## WORK REQUEST
From the data below, set down exactly the lines between the one holding "f 238 101 106" and the one holding "f 112 115 200", inclusive, and no others.

## PROVIDED INFORMATION
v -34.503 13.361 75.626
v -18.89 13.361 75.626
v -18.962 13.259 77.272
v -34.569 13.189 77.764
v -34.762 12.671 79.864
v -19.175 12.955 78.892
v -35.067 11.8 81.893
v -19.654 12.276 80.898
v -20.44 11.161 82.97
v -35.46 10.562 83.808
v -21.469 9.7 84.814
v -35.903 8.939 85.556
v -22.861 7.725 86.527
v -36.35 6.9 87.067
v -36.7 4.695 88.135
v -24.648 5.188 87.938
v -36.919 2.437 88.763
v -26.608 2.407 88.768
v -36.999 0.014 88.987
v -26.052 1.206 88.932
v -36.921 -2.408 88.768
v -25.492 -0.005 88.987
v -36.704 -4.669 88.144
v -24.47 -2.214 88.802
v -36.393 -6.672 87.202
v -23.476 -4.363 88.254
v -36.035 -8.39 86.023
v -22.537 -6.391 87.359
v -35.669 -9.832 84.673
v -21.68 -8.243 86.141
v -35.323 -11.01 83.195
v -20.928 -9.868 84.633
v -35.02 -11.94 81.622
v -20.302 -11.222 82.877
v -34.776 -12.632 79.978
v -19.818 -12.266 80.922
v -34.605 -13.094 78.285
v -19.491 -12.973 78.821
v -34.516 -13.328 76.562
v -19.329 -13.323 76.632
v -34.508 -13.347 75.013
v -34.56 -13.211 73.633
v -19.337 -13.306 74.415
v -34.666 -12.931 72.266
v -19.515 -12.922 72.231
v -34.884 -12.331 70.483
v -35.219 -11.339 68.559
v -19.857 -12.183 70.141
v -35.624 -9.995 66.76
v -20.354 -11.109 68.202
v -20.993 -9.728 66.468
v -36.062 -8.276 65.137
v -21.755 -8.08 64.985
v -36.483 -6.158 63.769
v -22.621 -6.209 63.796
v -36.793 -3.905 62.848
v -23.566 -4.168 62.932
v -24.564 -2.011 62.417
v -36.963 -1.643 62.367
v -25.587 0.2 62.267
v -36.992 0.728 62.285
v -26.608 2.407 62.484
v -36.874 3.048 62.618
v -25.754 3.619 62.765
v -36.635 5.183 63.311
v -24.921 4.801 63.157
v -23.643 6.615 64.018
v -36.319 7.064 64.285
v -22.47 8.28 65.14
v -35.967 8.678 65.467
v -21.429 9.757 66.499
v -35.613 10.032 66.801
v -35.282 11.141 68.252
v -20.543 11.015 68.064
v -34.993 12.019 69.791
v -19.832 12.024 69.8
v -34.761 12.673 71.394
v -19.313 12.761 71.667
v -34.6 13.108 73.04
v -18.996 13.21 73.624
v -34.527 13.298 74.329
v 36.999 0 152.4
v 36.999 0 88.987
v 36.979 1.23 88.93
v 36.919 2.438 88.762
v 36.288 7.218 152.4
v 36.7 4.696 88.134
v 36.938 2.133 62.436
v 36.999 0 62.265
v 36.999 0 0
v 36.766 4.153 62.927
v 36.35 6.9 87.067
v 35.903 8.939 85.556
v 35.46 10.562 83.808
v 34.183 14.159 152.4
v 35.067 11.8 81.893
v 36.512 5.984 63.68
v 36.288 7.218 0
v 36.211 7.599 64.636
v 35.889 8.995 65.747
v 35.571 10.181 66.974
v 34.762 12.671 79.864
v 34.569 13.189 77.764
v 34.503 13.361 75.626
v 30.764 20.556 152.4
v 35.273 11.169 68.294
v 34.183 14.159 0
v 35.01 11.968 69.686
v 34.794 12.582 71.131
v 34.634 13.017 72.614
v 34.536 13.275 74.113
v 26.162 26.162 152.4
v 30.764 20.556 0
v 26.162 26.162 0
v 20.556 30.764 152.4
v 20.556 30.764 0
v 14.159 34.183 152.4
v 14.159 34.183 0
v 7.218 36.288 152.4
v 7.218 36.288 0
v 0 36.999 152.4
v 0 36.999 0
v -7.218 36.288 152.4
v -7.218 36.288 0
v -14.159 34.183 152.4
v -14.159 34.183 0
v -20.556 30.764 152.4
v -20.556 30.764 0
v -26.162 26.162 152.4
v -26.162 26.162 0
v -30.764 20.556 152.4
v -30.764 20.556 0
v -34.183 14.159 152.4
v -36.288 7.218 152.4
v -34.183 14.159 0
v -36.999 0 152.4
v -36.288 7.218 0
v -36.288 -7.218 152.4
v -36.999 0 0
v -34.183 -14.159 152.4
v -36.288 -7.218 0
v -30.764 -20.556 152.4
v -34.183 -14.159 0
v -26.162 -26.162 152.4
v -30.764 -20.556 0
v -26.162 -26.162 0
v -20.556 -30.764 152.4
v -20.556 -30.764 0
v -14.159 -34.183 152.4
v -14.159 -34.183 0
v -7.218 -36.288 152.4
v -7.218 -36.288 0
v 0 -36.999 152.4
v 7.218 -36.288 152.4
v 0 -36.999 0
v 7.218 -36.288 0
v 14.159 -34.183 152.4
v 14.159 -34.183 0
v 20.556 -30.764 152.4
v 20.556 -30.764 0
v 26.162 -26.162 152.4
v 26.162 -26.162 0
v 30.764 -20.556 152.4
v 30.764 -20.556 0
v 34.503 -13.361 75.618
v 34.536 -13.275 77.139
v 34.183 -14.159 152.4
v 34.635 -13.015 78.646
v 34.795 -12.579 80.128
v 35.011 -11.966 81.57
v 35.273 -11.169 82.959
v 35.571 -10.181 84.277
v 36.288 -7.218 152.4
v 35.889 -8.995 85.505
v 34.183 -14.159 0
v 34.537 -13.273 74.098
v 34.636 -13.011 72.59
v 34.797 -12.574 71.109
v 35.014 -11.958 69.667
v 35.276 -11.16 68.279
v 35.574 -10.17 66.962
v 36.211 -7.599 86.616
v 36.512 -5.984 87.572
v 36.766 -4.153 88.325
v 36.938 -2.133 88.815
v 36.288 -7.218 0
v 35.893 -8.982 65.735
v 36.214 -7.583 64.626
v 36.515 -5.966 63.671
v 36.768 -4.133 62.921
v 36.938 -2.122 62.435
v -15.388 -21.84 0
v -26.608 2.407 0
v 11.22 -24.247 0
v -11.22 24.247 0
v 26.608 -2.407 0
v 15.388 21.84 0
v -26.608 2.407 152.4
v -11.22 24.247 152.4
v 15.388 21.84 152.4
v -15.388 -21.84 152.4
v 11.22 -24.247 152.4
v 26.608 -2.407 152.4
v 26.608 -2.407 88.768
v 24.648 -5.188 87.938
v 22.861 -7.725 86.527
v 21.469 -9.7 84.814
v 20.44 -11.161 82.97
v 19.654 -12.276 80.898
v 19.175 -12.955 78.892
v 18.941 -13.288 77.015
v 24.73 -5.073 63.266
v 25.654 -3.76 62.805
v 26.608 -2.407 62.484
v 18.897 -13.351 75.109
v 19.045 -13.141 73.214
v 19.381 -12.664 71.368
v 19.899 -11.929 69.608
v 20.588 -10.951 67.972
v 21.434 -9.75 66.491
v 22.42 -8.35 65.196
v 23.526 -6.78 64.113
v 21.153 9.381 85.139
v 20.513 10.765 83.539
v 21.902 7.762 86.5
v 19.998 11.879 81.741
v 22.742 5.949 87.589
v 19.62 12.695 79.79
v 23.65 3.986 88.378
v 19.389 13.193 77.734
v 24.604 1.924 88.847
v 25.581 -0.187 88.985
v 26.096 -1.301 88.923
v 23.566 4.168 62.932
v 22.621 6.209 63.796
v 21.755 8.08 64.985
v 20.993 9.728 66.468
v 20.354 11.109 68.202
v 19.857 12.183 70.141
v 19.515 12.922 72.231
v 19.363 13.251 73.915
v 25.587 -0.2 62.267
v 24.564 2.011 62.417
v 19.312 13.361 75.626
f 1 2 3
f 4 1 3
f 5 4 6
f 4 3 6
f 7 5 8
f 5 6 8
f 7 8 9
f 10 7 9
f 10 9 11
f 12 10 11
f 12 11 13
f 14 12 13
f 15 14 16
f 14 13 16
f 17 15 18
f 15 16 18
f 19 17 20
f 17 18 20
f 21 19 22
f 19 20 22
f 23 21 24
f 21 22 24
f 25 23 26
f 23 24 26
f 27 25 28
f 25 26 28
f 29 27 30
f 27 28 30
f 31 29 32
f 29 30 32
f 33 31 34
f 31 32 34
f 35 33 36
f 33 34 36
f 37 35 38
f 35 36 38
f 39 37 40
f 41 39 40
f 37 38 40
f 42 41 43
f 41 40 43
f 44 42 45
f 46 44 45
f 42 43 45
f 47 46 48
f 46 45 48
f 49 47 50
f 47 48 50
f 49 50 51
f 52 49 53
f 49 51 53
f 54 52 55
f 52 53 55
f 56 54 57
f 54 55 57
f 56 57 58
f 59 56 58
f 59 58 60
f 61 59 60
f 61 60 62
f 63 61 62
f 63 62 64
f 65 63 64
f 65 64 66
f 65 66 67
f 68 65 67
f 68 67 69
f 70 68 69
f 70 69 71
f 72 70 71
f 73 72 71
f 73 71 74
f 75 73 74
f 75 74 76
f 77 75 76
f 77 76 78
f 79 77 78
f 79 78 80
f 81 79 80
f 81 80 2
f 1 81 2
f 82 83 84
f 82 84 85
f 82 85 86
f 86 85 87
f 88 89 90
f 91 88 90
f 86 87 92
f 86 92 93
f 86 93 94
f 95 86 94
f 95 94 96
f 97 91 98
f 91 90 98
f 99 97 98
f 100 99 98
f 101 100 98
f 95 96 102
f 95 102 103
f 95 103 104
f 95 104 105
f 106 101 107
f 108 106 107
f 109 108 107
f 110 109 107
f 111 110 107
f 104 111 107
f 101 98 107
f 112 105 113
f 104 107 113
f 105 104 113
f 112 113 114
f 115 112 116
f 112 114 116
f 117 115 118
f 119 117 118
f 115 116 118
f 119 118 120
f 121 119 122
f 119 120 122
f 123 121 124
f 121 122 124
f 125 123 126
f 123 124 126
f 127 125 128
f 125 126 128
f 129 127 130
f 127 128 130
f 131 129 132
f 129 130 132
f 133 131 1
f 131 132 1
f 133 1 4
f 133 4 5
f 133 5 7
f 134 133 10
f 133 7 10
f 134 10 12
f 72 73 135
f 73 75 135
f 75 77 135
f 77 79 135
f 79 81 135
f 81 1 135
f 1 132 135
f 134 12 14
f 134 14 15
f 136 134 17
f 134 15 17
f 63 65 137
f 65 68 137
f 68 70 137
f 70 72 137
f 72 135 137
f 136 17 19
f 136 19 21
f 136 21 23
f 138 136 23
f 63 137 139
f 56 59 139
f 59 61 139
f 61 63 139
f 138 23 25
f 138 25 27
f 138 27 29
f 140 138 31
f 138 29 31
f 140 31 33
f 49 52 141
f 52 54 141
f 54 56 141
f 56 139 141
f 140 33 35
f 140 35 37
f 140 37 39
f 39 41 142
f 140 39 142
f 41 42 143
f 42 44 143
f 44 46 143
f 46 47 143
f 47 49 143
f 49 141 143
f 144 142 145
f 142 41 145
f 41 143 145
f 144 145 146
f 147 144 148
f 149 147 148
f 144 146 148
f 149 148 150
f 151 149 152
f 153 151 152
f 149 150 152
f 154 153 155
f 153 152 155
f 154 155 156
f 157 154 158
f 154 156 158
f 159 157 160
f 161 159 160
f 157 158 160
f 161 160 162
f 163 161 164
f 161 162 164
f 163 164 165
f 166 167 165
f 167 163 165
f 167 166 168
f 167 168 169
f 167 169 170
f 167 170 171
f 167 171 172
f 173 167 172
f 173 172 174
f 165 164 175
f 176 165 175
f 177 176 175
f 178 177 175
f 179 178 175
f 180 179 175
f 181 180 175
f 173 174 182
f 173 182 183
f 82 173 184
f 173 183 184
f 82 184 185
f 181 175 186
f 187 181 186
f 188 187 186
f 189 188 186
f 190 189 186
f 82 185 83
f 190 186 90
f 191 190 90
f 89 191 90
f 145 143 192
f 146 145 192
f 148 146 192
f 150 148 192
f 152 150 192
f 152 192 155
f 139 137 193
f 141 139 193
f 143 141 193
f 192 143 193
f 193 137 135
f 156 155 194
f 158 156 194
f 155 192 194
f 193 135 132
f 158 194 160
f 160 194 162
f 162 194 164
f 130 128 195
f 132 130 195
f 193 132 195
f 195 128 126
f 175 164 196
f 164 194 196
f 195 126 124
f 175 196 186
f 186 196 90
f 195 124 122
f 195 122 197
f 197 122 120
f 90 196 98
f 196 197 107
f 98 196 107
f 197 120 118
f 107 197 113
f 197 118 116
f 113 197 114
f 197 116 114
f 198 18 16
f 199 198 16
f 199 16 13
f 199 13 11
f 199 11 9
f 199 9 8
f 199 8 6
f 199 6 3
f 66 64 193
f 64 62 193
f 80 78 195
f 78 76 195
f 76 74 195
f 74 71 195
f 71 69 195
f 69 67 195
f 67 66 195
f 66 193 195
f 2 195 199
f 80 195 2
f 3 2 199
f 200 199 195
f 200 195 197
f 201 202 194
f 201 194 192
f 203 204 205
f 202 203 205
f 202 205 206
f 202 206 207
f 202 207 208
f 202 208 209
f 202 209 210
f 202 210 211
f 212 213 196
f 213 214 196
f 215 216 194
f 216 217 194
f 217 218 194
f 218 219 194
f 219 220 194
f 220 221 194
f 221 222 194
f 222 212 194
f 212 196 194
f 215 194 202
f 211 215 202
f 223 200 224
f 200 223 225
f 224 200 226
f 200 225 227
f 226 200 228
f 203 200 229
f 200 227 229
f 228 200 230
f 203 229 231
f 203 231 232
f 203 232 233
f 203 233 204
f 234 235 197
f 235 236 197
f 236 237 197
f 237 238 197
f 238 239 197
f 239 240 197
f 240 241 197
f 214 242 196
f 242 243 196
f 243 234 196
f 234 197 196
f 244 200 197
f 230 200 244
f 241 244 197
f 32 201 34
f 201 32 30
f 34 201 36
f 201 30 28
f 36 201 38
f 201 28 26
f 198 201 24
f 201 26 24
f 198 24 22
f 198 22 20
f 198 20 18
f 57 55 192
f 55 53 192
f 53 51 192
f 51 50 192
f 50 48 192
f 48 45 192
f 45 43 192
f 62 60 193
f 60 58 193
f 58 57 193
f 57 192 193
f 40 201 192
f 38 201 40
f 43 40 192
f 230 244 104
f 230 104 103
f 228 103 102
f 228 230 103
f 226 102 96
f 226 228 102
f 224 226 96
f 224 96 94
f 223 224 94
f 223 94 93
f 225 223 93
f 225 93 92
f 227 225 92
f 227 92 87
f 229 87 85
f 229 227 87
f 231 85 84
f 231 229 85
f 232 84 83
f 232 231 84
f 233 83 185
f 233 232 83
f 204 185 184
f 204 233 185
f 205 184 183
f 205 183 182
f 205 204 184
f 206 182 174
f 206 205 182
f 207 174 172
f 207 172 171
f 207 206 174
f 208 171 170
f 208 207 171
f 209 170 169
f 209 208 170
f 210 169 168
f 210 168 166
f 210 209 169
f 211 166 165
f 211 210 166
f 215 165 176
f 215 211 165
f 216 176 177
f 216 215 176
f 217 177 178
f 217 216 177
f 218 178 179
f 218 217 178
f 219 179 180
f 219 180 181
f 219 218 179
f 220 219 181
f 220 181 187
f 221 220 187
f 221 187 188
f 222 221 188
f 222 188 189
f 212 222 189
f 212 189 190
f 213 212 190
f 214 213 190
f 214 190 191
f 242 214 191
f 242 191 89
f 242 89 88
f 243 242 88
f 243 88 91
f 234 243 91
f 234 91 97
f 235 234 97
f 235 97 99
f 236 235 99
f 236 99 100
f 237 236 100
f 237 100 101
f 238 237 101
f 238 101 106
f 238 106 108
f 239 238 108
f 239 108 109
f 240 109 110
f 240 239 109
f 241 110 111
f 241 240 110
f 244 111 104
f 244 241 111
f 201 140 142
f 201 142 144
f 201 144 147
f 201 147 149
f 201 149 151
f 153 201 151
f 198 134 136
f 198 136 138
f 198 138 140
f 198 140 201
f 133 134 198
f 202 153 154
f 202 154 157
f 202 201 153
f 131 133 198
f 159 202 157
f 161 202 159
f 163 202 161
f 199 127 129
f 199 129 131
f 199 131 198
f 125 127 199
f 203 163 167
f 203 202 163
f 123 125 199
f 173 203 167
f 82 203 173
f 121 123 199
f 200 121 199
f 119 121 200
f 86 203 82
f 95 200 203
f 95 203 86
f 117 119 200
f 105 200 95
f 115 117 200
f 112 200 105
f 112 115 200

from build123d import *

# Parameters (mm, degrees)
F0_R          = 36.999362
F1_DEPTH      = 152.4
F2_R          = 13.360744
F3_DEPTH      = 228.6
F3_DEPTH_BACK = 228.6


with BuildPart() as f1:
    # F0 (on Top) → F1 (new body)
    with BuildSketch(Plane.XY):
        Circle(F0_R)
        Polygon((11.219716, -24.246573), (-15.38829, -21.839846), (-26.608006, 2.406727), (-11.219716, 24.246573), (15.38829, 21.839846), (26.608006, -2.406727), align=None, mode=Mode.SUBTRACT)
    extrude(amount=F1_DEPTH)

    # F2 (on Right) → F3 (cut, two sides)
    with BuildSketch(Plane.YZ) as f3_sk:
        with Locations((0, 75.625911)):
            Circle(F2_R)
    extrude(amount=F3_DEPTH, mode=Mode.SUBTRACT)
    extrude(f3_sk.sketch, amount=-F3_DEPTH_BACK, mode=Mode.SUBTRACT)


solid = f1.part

## REPLY
f 238 101 106
f 238 106 108
f 239 238 108
f 239 108 109
f 240 109 110
f 240 239 109
f 241 110 111
f 241 240 110
f 244 111 104
f 244 241 111
f 201 140 142
f 201 142 144
f 201 144 147
f 201 147 149
f 201 149 151
f 153 201 151
f 198 134 136
f 198 136 138
f 198 138 140
f 198 140 201
f 133 134 198
f 202 153 154
f 202 154 157
f 202 201 153
f 131 133 198
f 159 202 157
f 161 202 159
f 163 202 161
f 199 127 129
f 199 129 131
f 199 131 198
f 125 127 199
f 203 163 167
f 203 202 163
f 123 125 199
f 173 203 167
f 82 203 173
f 121 123 199
f 200 121 199
f 119 121 200
f 86 203 82
f 95 200 203
f 95 203 86
f 117 119 200
f 105 200 95
f 115 117 200
f 112 200 105
f 112 115 200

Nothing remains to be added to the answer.